Dataset excerpts
######
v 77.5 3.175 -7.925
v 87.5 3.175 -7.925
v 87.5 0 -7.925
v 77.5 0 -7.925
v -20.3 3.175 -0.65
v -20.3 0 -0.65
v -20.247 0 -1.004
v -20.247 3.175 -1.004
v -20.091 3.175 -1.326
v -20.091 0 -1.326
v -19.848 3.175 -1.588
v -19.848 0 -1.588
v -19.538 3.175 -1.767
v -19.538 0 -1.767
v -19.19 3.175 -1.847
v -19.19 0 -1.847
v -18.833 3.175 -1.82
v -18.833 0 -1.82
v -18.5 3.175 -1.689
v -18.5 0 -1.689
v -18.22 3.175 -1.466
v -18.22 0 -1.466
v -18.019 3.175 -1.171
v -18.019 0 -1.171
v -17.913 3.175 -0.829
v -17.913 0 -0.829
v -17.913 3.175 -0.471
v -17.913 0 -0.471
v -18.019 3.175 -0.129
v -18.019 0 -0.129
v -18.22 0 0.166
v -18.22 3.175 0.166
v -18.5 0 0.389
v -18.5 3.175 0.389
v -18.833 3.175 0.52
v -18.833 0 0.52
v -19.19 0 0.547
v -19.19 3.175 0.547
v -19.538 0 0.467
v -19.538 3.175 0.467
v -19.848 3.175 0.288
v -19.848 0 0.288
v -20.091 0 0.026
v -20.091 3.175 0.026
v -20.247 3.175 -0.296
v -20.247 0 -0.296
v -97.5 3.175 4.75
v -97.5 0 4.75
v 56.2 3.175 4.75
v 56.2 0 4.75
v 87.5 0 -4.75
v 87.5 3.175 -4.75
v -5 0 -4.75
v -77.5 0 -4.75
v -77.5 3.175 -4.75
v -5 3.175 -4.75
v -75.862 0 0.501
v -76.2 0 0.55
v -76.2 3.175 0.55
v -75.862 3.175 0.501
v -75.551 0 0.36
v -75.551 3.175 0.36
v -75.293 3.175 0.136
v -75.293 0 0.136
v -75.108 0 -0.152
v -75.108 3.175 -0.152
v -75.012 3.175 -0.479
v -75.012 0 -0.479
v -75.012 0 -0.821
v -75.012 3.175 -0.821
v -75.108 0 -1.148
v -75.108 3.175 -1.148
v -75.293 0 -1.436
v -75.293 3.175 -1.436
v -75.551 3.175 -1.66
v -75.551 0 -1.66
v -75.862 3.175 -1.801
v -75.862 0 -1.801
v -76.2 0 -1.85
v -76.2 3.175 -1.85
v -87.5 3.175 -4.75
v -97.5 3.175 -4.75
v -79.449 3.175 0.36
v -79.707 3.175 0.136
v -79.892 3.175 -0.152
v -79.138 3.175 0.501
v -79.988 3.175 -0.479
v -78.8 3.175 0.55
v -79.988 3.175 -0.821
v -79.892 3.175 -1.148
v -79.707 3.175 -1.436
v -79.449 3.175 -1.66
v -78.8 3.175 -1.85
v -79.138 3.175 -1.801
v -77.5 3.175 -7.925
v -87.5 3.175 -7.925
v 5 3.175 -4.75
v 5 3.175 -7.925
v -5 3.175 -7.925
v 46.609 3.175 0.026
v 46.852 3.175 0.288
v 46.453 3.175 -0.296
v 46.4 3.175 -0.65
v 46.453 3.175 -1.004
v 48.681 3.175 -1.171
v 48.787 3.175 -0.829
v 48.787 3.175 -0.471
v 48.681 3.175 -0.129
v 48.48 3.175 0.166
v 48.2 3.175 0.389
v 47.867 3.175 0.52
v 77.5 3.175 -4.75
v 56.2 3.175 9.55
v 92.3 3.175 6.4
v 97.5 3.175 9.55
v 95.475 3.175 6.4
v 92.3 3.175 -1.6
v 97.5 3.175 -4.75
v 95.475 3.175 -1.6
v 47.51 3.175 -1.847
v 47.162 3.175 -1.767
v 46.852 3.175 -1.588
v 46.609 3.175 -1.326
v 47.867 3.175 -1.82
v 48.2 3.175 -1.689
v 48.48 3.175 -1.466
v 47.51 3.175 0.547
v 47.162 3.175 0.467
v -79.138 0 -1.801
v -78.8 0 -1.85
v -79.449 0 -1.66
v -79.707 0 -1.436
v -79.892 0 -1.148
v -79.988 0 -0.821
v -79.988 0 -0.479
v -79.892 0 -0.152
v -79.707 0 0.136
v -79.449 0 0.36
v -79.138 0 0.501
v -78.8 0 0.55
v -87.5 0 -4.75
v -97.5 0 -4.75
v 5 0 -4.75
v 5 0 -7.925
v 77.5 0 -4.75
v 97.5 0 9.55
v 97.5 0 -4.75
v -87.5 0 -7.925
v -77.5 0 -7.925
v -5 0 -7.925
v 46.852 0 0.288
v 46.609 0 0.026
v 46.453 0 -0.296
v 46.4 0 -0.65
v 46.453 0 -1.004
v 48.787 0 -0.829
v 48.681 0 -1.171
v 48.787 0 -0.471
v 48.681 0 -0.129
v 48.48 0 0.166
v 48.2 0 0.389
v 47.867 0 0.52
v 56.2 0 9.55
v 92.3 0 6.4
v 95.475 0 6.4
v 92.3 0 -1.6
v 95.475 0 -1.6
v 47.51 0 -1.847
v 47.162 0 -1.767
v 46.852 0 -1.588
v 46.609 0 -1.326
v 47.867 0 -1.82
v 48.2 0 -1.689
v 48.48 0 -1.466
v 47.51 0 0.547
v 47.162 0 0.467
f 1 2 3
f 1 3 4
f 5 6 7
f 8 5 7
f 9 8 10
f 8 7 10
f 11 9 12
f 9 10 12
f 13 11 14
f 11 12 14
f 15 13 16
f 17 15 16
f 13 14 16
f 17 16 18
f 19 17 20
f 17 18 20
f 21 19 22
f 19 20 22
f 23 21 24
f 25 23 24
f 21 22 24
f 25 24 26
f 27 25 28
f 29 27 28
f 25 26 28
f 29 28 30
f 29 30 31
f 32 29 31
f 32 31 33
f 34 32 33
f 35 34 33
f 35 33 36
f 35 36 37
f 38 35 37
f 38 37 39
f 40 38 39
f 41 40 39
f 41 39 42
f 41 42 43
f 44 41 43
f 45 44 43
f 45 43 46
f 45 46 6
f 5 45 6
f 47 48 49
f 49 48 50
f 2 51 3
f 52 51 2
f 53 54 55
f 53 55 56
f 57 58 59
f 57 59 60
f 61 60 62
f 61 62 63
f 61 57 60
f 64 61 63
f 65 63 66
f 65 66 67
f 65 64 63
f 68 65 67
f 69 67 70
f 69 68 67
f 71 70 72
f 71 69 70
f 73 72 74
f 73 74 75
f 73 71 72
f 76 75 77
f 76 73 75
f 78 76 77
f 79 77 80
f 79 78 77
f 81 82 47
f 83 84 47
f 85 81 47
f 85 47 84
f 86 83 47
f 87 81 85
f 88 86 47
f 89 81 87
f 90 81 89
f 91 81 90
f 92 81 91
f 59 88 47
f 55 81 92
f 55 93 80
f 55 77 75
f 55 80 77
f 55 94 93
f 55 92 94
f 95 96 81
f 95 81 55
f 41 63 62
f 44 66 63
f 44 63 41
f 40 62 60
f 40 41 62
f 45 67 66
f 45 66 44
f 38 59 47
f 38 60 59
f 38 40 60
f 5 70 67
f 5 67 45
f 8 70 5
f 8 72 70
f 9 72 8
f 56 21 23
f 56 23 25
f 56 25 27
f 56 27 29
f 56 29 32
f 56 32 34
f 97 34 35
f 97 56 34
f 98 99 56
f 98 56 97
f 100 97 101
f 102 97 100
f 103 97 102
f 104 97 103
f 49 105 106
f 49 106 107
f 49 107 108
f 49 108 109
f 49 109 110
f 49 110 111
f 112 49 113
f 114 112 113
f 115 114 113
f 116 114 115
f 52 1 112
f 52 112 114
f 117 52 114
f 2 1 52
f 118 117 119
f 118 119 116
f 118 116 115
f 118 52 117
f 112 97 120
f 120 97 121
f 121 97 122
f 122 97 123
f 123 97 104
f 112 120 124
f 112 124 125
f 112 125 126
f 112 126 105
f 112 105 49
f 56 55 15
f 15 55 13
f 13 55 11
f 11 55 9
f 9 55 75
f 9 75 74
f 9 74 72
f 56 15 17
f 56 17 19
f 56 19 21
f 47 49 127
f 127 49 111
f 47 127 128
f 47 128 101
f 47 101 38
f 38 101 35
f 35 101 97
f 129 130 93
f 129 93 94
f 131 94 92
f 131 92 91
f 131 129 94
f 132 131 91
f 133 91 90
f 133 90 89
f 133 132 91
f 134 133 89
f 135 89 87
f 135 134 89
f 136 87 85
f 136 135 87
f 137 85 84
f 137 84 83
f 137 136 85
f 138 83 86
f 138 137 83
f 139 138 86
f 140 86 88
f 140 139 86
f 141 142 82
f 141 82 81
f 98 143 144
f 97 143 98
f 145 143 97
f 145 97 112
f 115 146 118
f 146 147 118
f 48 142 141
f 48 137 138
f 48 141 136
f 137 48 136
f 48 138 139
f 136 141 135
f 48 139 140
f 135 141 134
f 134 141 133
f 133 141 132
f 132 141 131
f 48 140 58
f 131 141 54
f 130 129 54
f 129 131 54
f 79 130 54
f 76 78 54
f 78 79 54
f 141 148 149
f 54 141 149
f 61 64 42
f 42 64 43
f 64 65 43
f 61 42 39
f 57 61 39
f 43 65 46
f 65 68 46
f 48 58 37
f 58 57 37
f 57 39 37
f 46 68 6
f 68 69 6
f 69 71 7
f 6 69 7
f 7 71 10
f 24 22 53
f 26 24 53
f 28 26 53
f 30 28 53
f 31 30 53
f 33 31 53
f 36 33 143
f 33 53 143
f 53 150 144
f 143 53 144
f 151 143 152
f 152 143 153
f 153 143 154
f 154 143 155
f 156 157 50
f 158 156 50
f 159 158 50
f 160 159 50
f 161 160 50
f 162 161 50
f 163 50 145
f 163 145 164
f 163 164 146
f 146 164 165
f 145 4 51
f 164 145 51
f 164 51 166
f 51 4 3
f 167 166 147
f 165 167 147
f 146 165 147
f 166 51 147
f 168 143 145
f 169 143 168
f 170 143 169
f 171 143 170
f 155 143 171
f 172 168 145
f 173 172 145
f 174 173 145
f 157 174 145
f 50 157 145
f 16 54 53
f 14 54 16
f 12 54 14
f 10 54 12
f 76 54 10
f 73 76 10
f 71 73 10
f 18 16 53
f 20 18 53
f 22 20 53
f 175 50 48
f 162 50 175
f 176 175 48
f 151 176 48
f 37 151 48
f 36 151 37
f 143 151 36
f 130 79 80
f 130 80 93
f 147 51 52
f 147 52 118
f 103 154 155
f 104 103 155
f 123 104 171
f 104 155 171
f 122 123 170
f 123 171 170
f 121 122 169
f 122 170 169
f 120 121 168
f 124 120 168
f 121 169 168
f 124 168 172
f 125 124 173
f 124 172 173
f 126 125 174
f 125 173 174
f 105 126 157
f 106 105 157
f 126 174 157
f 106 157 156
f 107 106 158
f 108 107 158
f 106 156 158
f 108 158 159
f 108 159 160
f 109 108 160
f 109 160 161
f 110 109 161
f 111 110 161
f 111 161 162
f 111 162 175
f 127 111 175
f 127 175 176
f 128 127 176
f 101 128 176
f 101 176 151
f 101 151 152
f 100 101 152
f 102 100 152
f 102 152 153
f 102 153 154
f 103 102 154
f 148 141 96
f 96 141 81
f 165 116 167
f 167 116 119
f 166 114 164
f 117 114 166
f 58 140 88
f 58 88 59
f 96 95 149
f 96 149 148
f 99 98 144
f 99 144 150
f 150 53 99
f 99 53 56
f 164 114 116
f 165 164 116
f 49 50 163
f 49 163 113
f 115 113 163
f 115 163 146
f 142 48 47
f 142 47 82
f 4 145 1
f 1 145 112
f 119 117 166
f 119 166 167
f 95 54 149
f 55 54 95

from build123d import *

# Parameters (mm, degrees)
SKETCH1_W                = 195
SKETCH1_H                = 9.5
BOSS_EXTRUDE1_DEPTH      = 3.175
M2_CLEARANCE_HOLE1_D     = 2.4
SKETCH5_W                = 10
SKETCH5_H                = 3.175
BOSS_EXTRUDE2_DEPTH      = 3.175
SKETCH6_W                = 41.3
SKETCH6_H                = 3.175
BOSS_EXTRUDE3_DEPTH      = 4.8
SKETCH7_W                = 3.175
SKETCH7_H                = 8
CUT_EXTRUDE1_DEPTH       = 99.01802449
M2_CLEARANCE_SLOT1_DEPTH = 3.175


# Read off the part's stored shape, not the designer's step: M2 Clearance Slot1
with BuildPart() as part:
    # Sketch1 → Boss-Extrude1 (new body)
    with BuildSketch(Plane(origin=(0, 0, 0), x_dir=(1, 0, 0), z_dir=(0, 1, 0))):
        Rectangle(SKETCH1_W, SKETCH1_H)
    extrude(amount=BOSS_EXTRUDE1_DEPTH)

    # M2 Clearance Hole1 (through all)
    with Locations(Plane(origin=(0, 3.175, 0), x_dir=(1, 0, 0), z_dir=(0, 1, 0))):
        with Locations((-77.5, 0.65), (47.6, 0.65), (-19.1, 0.65)):
            Hole(M2_CLEARANCE_HOLE1_D / 2)

    # Sketch5 → Boss-Extrude2 (add)
    with BuildSketch(Plane(origin=(0, 0, -4.75), x_dir=(-1, 0, 0), z_dir=(0, 0, -1))):
        with Locations((82.5, 1.5875)):
            Rectangle(SKETCH5_W, SKETCH5_H)
        with Locations((-82.5, 1.5875)):
            Rectangle(SKETCH5_W, SKETCH5_H)
        with Locations((0, 1.5875)):
            Rectangle(SKETCH5_W, SKETCH5_H)
    extrude(amount=BOSS_EXTRUDE2_DEPTH)

    # Sketch6 → Boss-Extrude3 (add)
    with BuildSketch(Plane.XY.offset(4.75)):
        with Locations((76.85, 1.5875)):
            Rectangle(SKETCH6_W, SKETCH6_H)
    extrude(amount=BOSS_EXTRUDE3_DEPTH)

    # Sketch7 → Cut-Extrude1 (cut, through all)
    with BuildSketch(Plane(origin=(0, 3.175, 0), x_dir=(1, 0, 0), z_dir=(0, 1, 0))):
        with Locations((93.8875, -2.4)):
            Rectangle(SKETCH7_W, SKETCH7_H)
    extrude(amount=-CUT_EXTRUDE1_DEPTH, mode=Mode.SUBTRACT)

    # M2 Clearance Slot1 outline → M2 Clearance Slot1 (cut)
    with BuildSketch(Plane(origin=(0, 0, 0), x_dir=(1, 0, 0), z_dir=(0, 1, 0))):
        with BuildLine():
            ThreePointArc((-78.8, 1.85), (-80, 0.65), (-78.8, -0.55))
            Line((-78.8, -0.55), (-77.5, -0.55))
            ThreePointArc((-77.5, -0.55), (-78.7, 0.65), (-77.5, 1.85))
            Line((-77.5, 1.85), (-78.8, 1.85))
        make_face()
        with BuildLine():
            ThreePointArc((-77.5, 1.85), (-76.3, 0.65), (-77.5, -0.55))
            Line((-77.5, -0.55), (-76.2, -0.55))
            ThreePointArc((-76.2, -0.55), (-75, 0.65), (-76.2, 1.85))
            Line((-76.2, 1.85), (-77.5, 1.85))
        make_face()
    extrude(amount=M2_CLEARANCE_SLOT1_DEPTH, mode=Mode.SUBTRACT)


solid = part.part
######
What you need to do: Of the lines above, extract only those from the line with "v -77.5 0 -7.925" to the line with "v 95.475 0 6.4", both included, exactly as written.

Answer to the exercise:
v -77.5 0 -7.925
v -5 0 -7.925
v 46.852 0 0.288
v 46.609 0 0.026
v 46.453 0 -0.296
v 46.4 0 -0.65
v 46.453 0 -1.004
v 48.787 0 -0.829
v 48.681 0 -1.171
v 48.787 0 -0.471
v 48.681 0 -0.129
v 48.48 0 0.166
v 48.2 0 0.389
v 47.867 0 0.52
v 56.2 0 9.55
v 92.3 0 6.4
v 95.475 0 6.4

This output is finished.